OpusTrainer

OpusTrainer is a training tool developed by the HPLT project. It feeds training data to Marian and provides the ability to do useful manipulations with the data, such as shuffling, mixing multiple datasets in the specified proportion, splitting training into multiple stages and augmentation.

See this paper for more details and recommendations on how to set augmentation values.

Data augmentation

Data augmentation helps make translation models more robust, which is especially useful for usage with noisy internet pages.

OpusTrainer augments data on the fly, meaning it will generate unique data for each epoch of training.

Supported augmentations:

Upper case - make some sentences from the dataset upper case
Title case - use title case for some sentences from the dataset
Typos - add random typos in some words
Noise - insert lines with random unicode noise
Tags (inline noise) - add emojis and other random Unicode symbols in the source and target sentences in the appropriate positions (requires whitespace tokenized alignments for the training corpus)

It is possible to specify the probability of augmentation (which will roughly correspond to the percentage of augmented sentences):

modifiers:
- UpperCase: 0.1 # Apply randomly to 10% of sentences

See OpusTrainer Readme for detailed documentation.

Curriculum learning

Ability to split training into multiple stages.
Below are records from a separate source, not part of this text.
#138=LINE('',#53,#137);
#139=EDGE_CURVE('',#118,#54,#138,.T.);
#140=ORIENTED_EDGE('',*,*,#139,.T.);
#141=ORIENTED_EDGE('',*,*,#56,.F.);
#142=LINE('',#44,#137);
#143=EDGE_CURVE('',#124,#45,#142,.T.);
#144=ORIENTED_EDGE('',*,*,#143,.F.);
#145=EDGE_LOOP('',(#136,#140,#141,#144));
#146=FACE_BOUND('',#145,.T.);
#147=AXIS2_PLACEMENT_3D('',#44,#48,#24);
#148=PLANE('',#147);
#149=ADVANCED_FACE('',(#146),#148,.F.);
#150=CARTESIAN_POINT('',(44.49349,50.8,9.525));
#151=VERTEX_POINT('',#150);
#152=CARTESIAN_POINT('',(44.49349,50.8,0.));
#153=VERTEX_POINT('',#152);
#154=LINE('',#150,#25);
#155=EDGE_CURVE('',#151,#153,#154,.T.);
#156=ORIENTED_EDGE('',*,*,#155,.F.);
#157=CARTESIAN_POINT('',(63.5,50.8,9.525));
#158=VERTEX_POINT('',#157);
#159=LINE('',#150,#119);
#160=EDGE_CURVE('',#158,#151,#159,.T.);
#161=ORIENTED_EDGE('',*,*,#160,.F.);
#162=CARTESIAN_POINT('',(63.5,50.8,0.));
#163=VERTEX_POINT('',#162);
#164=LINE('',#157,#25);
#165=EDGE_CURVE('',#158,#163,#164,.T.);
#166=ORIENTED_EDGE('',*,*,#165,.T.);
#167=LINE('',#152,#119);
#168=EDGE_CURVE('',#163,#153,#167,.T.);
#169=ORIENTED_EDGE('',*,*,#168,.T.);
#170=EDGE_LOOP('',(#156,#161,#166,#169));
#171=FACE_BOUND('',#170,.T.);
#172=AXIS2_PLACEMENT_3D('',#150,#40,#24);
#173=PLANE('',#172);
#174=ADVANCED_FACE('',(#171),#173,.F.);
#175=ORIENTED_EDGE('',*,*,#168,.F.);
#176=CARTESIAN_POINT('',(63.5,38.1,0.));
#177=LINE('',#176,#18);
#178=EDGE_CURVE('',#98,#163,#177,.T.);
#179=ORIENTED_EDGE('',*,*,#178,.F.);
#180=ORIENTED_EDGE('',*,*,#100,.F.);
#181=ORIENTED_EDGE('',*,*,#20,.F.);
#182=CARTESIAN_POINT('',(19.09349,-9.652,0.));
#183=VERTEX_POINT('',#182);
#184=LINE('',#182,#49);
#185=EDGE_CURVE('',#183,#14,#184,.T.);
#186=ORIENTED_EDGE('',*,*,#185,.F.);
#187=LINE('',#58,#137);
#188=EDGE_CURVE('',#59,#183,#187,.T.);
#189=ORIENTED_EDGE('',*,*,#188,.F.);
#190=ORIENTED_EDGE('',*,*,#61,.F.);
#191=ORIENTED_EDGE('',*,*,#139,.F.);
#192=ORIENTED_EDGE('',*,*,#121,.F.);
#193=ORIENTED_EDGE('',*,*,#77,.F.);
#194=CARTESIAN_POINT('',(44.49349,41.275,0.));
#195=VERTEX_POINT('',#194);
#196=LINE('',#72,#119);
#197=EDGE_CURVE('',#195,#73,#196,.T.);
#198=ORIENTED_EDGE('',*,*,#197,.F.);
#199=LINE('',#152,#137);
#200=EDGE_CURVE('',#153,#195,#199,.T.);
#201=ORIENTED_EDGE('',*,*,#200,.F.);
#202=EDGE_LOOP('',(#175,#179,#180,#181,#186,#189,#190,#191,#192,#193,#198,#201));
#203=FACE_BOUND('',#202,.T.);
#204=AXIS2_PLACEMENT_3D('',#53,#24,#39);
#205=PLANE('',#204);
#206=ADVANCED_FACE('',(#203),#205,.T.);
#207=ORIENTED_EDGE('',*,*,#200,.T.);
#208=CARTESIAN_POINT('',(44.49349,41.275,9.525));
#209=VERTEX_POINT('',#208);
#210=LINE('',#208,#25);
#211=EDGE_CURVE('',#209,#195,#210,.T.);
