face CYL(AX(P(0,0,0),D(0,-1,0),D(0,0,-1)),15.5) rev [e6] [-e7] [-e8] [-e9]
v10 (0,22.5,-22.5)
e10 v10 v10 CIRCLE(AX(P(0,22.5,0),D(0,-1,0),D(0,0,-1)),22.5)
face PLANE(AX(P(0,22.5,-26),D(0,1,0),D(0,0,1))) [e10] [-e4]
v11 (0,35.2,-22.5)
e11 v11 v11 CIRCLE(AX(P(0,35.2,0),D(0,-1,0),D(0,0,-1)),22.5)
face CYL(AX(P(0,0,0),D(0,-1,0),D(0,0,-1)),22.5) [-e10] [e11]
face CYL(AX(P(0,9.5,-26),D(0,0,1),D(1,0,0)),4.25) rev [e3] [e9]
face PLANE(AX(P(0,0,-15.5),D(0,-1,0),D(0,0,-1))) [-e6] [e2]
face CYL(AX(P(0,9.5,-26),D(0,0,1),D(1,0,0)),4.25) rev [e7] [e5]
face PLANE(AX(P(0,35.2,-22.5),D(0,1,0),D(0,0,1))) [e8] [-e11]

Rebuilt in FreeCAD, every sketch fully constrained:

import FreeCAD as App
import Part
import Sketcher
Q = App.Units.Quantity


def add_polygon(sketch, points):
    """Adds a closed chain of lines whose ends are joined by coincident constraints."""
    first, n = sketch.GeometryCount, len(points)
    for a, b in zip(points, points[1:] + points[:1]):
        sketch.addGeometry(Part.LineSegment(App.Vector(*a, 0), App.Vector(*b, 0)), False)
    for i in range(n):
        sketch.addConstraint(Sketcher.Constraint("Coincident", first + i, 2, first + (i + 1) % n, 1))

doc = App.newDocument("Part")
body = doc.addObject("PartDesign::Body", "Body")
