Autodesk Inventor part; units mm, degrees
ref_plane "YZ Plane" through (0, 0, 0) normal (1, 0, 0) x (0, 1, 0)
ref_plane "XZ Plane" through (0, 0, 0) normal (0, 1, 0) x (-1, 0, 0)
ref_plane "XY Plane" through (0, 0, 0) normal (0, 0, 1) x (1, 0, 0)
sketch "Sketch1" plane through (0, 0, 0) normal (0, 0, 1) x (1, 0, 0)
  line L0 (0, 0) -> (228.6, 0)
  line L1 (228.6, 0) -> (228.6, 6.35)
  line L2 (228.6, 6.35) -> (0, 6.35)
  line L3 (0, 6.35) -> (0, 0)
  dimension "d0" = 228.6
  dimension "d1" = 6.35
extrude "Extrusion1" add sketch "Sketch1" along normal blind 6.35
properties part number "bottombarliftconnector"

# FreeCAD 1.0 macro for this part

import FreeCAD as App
import Part
import Sketcher
Q = App.Units.Quantity


def add_polygon(sketch, points):
    """Adds a closed chain of lines whose ends are joined by coincident constraints."""
    first, n = sketch.GeometryCount, len(points)
    for a, b in zip(points, points[1:] + points[:1]):
        sketch.addGeometry(Part.LineSegment(App.Vector(*a, 0), App.Vector(*b, 0)), False)
    for i in range(n):
        sketch.addConstraint(Sketcher.Constraint("Coincident", first + i, 2, first + (i + 1) % n, 1))

doc = App.newDocument("Part")
params = doc.addObject("Spreadsheet::Sheet", "Params")
for row, (alias, value) in enumerate([
    ("sketch1_width", "9 in"),
    ("sketch1_height", "0.25 in"),
    ("pad1_length", "0.25 in"),
], start=1):
    params.set(f"A{row}", alias)
    params.set(f"B{row}", "=" + value)
    params.setAlias(f"B{row}", alias)

body = doc.addObject("PartDesign::Body", "Body")

# Sketch on XY plane
sketch1 = body.newObject("Sketcher::SketchObject", "Sketch")
sketch1.AttachmentSupport = (doc.getObject("XY_Plane"), [""])
sketch1.MapMode = "FlatFace"
add_polygon(sketch1, [(0, 6), (0, 0), (229, 0), (229, 6)])  # lines 0-3
sketch1.addConstraint([
    Sketcher.Constraint("Vertical", 0),
    Sketcher.Constraint("Horizontal", 1),
    Sketcher.Constraint("Vertical", 2),
    Sketcher.Constraint("Horizontal", 3),
    Sketcher.Constraint("Coincident", 0, 2, -1, 1),
    Sketcher.Constraint("DistanceX", 1, 1, 1, 2, Q("9 in")),
    Sketcher.Constraint("DistanceY", 0, 2, 0, 1, Q("0.25 in")),
])
sketch1.setExpression("Constraints[9]", "Params.sketch1_width")
sketch1.setExpression("Constraints[10]", "Params.sketch1_height")
pad1 = body.newObject("PartDesign::Pad", "Pad")
pad1.Profile = sketch1
pad1.setExpression("Length", "Params.pad1_length")

doc.recompute()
Each stage is configurable to use a mix of different datasets.

We use it to pretrain the teacher model on the augmented dataset that includes the original parallel corpus and back-translations and then continue training on the original parallel corpus only (see teacher config).

To switch to a one stage training use a config option:

experiment:
  ...
  teacher-mode: "one-stage"

This is useful when the model stops training too early on the fine-tuning stage which usually indicates having a high quality back-translated data and noisy original parallel data. It likely will be the case when using a pre-trained student model as a backward model as it has higher quality than a shallow s2s model that we train as a part of the pipeline.

Configuration

OpusTrainer configuration files for the trained models are located in the /pipeline/train/configs/opustrainer/ directory.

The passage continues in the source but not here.